FP relay "clicking on"?


----------



## smj999smj (Jan 1, 2006)

Bad things tend to happen when vehicles sit for long periods of time; parts can corrode or rodents can chew through wiring. It's possible that the ECM has gone bad, but I wouldn't jump the gun, just yet. You have a FSM, so that's a good start. Make sure your battery is good, the cable connections are clean and tight and that the fusible links have power through them. Since you've already checked for power at the ECM harness connectors, make sure the circuits to ground are good; it's possible that a ground point has developed corrosion and causing excessive resistance to the chassis contact. If those are good and you still have no LEDs on the ECM, I'd be inclined to think that it is no longer any good if you know you have power to it. There are two diagnostic tests listed in the FSM to help you isolate the failure. There should be a diagnostic test for the symptom of "no LED illumination on the ECM when the key is turned to "ON." Another option would be to do the diagnostic procedure for no fuel pump. Since you know you have no power to the pump, you can check for the two power input at the fuel pump relay. The relay will have a "switch side," which is the circuit that supplies power to the fuel pump directly; often jumping these two pins will get power to the pump. The other is the "solenoid side" of the relay circuit. When energized, the solenoid in the relay pulls the contacts of the "switch side" closed to complete the circuit to the pump. The solenoid side is typically powered from a fuse and grounded by the ECM, itself. It shouldn't be too hard to find out what causing your problem. Another thing you can do is carefully take apart the ECM and check for corrosion or burns on the circuitboard.


----------



## TheGrateRonzini (Feb 24, 2018)

Thanks for the help guys. Car guy, I know the fuel pump relay is good, not getting power to it with key on. I did empty a portion of the gas that was in the tank by applying power to the pump harness. So pump is good too. Smj, yes there were definitely mice in there, have not found evidence of chewed wires. I will do the input/output signal test in the morning. I am assuming the ECCS relay is one and the same with the ECU relay as I couldn’t find an ECU relay. Thanks


----------



## Car guy (Mar 31, 2016)

Yes, ECCS relay = ECU relay.

I'd still: Confirm if both the ECCS relay and the Ign relay are "clicking on" when ign sw turned to ON? And, that they click off when ign sw turned off and key removed.

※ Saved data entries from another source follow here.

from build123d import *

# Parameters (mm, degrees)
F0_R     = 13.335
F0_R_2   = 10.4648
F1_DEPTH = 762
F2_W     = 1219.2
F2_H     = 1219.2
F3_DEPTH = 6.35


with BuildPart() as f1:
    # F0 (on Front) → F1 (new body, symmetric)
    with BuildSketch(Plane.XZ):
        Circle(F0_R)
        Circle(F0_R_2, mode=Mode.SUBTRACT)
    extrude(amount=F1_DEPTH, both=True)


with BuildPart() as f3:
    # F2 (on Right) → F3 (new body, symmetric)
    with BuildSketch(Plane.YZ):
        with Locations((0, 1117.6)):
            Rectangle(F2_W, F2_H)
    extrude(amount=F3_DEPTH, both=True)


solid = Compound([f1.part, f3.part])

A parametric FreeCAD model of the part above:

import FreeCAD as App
import Part
import Sketcher
Q = App.Units.Quantity

doc = App.newDocument("Part")
body = doc.addObject("PartDesign::Body", "Body")

# Sketch on XZ plane
sketch1 = body.newObject("Sketcher::SketchObject", "Sketch")
sketch1.AttachmentSupport = (doc.getObject("XZ_Plane"), [""])
sketch1.MapMode = "FlatFace"
sketch1.addGeometry(Part.Circle(App.Vector(0, 0, 0), App.Vector(0, 0, 1), 13), False)
sketch1.addGeometry(Part.Circle(App.Vector(0, 0, 0), App.Vector(0, 0, 1), 10), False)
sketch1.addConstraint(Sketcher.Constraint("Coincident", 0, 3, -1, 1))
sketch1.addConstraint(Sketcher.Constraint("Coincident", 1, 3, -1, 1))
sketch1.addConstraint(Sketcher.Constraint("Diameter", 0, Q("1.05 in")))
sketch1.addConstraint(Sketcher.Constraint("Diameter", 1, Q("0.824 in")))
pad1 = body.newObject("PartDesign::Pad", "Pad")
pad1.Profile = sketch1
pad1.Length = Q("60 in")
pad1.Midplane = True
body2 = doc.addObject("PartDesign::Body", "Body001")

# Sketch on YZ plane
sketch2 = body2.newObject("Sketcher::SketchObject", "Sketch001")
sketch2.AttachmentSupport = (doc.getObject("YZ_Plane001"), [""])
sketch2.MapMode = "FlatFace"
sketch2.addGeometry(Part.LineSegment(App.Vector(-610, 1727, 0), App.Vector(-610, 508, 0)), False)
sketch2.addGeometry(Part.LineSegment(App.Vector(-610, 508, 0), App.Vector(610, 508, 0)), False)
sketch2.addGeometry(Part.LineSegment(App.Vector(610, 508, 0), App.Vector(610, 1727, 0)), False)
sketch2.addGeometry(Part.LineSegment(App.Vector(610, 1727, 0), App.Vector(-610, 1727, 0)), False)
sketch2.addConstraint(Sketcher.Constraint("Coincident", 0, 2, 1, 1))
sketch2.addConstraint(Sketcher.Constraint("Coincident", 1, 2, 2, 1))
sketch2.addConstraint(Sketcher.Constraint("Coincident", 2, 2, 3, 1))
sketch2.addConstraint(Sketcher.Constraint("Coincident", 3, 2, 0, 1))
sketch2.addConstraint(Sketcher.Constraint("Vertical", 0))
sketch2.addConstraint(Sketcher.Constraint("Horizontal", 1))
sketch2.addConstraint(Sketcher.Constraint("Vertical", 2))
sketch2.addConstraint(Sketcher.Constraint("Horizontal", 3))
sketch2.addConstraint(Sketcher.Constraint("Equal", 3, 0))
sketch2.addConstraint(Sketcher.Constraint("DistanceX", 1, 1, 1, 2, Q("48 in")))
sketch2.addConstraint(Sketcher.Constraint("DistanceX", 0, 2, -1, 1, Q("24 in")))
sketch2.addConstraint(Sketcher.Constraint("DistanceY", -1, 1, 0, 2, Q("20 in")))
pad2 = body2.newObject("PartDesign::Pad", "Pad001")
pad2.Profile = sketch2
pad2.Length = Q("0.5 in")
pad2.Midplane = True

doc.recompute()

And, I'd still confirm good V - and ground - at the crank angle sensor?

I agree with SMJ on the battery [and (+) and (-) cables and FLinks checks], but I had presumed you had a new battery - had to have a new one. Do you have a battery conductance tester (not a load tester)?

Does radio retain settings (from car off to car back on)?

Does horn sound?

Any chance the FP did not get reconnected correctly?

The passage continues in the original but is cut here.